Société Générale : à l'est, du nouveau

« Mais qui leur a trouvé ce nom ?! », s'étonne le chauffeur de taxi en passant devant le siège de la Banque Société Générale Vostok (BSGV). Employée des Vedomosti, sa cliente lui explique que cette banque au nom à consonance étrangère est une filiale du groupe français Société Générale (SG).

Or cette enseigne va bientôt disparaître en Russie, SG étant sur le point de réunir ses filiales. BSGV et Rosbank vont être fusionnées, tandis que Rusfinance et DeltaCredit deviendront les filiales de cette nouvelle entité.
Après l’acquisition de Rosbank, le groupe français comptait transposer en Russie le schéma d'activité qu'il appliquait dans son pays, où il possède deux banques universelles dotées d’un large réseau régional : SG elle-même et Сrédit du Nord ainsi que Franfinance (crédit à la consommation). Toutefois, ses projets ont changé.

En fin de compte, c’est un groupe bancaire au capital de 41,5 milliards de roubles (1 milliard d’euros) et disposant de 588 milliards de roubles (14, 4 milliards d’euros) d’actifs qui verra le jour. Il occupera le septième rang en Russie, se plaçant juste derrière les banques nationales et quasi-nationales.
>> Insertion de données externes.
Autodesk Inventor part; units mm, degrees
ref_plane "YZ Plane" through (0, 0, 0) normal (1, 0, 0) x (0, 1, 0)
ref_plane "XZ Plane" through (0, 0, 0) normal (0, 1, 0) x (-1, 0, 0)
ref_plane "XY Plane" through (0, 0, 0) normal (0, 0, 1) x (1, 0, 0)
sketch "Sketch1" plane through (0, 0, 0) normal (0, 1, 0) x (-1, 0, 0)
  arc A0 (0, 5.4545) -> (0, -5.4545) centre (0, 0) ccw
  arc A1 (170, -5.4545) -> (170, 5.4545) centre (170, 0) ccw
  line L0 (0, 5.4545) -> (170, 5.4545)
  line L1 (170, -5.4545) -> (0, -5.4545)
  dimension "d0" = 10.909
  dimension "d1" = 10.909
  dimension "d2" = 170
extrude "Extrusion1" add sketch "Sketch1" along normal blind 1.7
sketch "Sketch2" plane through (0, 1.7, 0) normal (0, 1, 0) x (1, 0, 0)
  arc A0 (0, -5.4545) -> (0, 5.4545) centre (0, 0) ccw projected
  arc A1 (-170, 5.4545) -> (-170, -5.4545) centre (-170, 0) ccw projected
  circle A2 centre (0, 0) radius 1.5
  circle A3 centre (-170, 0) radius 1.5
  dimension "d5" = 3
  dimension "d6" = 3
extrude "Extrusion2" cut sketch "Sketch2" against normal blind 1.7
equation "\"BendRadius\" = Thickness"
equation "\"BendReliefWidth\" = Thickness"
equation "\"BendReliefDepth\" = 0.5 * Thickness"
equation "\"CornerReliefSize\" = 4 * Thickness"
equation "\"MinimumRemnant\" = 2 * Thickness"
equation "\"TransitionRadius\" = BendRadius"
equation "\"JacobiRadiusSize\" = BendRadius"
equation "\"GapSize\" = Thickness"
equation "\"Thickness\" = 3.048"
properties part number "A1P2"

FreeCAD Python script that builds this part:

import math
import FreeCAD as App
import Part
import Sketcher

doc = App.newDocument("Part")
body = doc.addObject("PartDesign::Body", "Body")

# Sketch on XZ plane
sketch1 = body.newObject("Sketcher::SketchObject", "Sketch")
sketch1.AttachmentSupport = (doc.getObject("XZ_Plane"), [""])
sketch1.MapMode = "FlatFace"
sketch1.addGeometry(Part.LineSegment(App.Vector(-170, 5, 0), App.Vector(0, 5, 0)), False)
sketch1.addGeometry(Part.ArcOfCircle(Part.Circle(App.Vector(0, 0, 0), App.Vector(0, 0, 1), 5), math.radians(-90), math.radians(90)), False)
sketch1.addGeometry(Part.LineSegment(App.Vector(0, -5, 0), App.Vector(-170, -5, 0)), False)
sketch1.addGeometry(Part.ArcOfCircle(Part.Circle(App.Vector(-170, 0, 0), App.Vector(0, 0, 1), 5), math.radians(90), math.radians(270)), False)
sketch1.addConstraint(Sketcher.Constraint("Tangent", 0, 2, 1, 2))
sketch1.addConstraint(Sketcher.Constraint("Tangent", 1, 1, 2, 1))
sketch1.addConstraint(Sketcher.Constraint("Tangent", 2, 2, 3, 2))
sketch1.addConstraint(Sketcher.Constraint("Tangent", 3, 1, 0, 1))
sketch1.addConstraint(Sketcher.Constraint("Horizontal", 0))
sketch1.addConstraint(Sketcher.Constraint("Horizontal", 2))
sketch1.addConstraint(Sketcher.Constraint("Coincident", 1, 3, -1, 1))
sketch1.addConstraint(Sketcher.Constraint("DistanceX", 0, 1, 0, 2, 170.0))
sketch1.addConstraint(Sketcher.Constraint("Radius", 1, 5.4545))
pad1 = body.newObject("PartDesign::Pad", "Pad")
pad1.Profile = sketch1
pad1.Length = 1.7
pad1.Reversed = True

# Sketch on XZ plane
sketch2 = body.newObject("Sketcher::SketchObject", "Sketch001")
sketch2.AttachmentSupport = (doc.getObject("XZ_Plane"), [""])
sketch2.MapMode = "FlatFace"
sketch2.AttachmentOffset = App.Placement(App.Vector(0, 0, -1.7), App.Rotation())
sketch2.addGeometry(Part.Circle(App.Vector(0, 0, 0), App.Vector(0, 0, 1), 1.5), False)
sketch2.addGeometry(Part.Circle(App.Vector(-170, 0, 0), App.Vector(0, 0, 1), 1.5), False)
sketch2.addConstraint(Sketcher.Constraint("Coincident", 0, 3, -1, 1))
sketch2.addConstraint(Sketcher.Constraint("Equal", 0, 1))
sketch2.addConstraint(Sketcher.Constraint("PointOnObject", 1, 3, -1))
sketch2.addConstraint(Sketcher.Constraint("Diameter", 0, 3.0))
sketch2.addConstraint(Sketcher.Constraint("DistanceX", 1, 3, -1, 1, 170.0))
pocket1 = body.newObject("PartDesign::Pocket", "Pocket")
pocket1.Profile = sketch2
pocket1.Length = 1.7
pocket1.Reversed = True

doc.recompute()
La nouvelle Rosbank sera la plus grande des banques privées, y compris parmi les filiales étrangères.

SG, qui aura mis plus de dix ans pour en arriver là, fut l’un des premiers des géants occidentaux à s’installer en Russie. Fondée en 1993, BSGV n’élabora le plan de sa campagne russe qu’en 1999.

Créée comme banque d'investissement, BSGV commença à mettre en place parallèlement – au début des années 2000 –, son réseau de banques de détail via Rusfinance (crédit à la consommation). Par la suite, elle racheta DeltaCredit (crédit hypothécaire), Promeksbank (crédit automobile dans les régions) et Stolitchnoye kreditnoye tovarischestvo. C’est en 2006 que SG conclut sa transaction phare : une prise de participation de 10% dans Rosbank, dont elle détient aujourd’hui 64,7% du capital.

Pour toutes ces acquisitions en Russie, SG a dû débourser plus de 3 milliards de dollars. Mais ces dépenses se sont avérées justifiées. Le goodwill (écart d'acquisition correspondant à l'excédent du coût d'acquisition sur la quote-part de l'acquéreur dans la juste valeur des actifs) de ses filiales russes est évalué par la SG à 1 milliard de dollars.

Mais ce n’est pas qu’une question d'argent. « Par son importance, la Russie est notre deuxième marché après la France. », avait déclaré il y a trois ans Marc-Emmanuel Vives, directeur général de BSGV. Daniel Bouton, président-directeur général de SG, prévoyait à l'époque qu’à l’horizon 2010 la Russie représenterait 2% des actifs du groupe. Si ce dernier n’a pas divulgué ses chiffres sur la Russie, l'Europe centrale et l'Europe de l'Est, où le poids de la Russie est important, occupe la deuxième place après la France dans l'activité du groupe. Cette zone représente en effet 20% de ses actifs, tandis que l'Europe occidentale et l'Amérique du Nord en totalisent chacune 17% ; la part de la France est quant à elle de 37%, contre 65% il y a trois ans.

La Russie peut étonner les investisseurs et SG le sait. À la fin du XIXème siècle, le groupe prit du retard dans ses investissements en Russie. Ayant mis tant d’ardeur pour rattraper le temps perdu, il s’est retrouvé devant tout le monde. Démarrant ses activités russes par l'ouverture d'une filiale en 1901, elle la fit fusionner en 1910 avec une banque locale pour créer la Russko-Aziatski Bank. Cette dernière devint en 1914 la plus grande banque du pays, tous indicateurs confondus, concentrant 14% des ressources du système bancaire et plus de 80% des actifs, des crédits et des dépôts du groupe.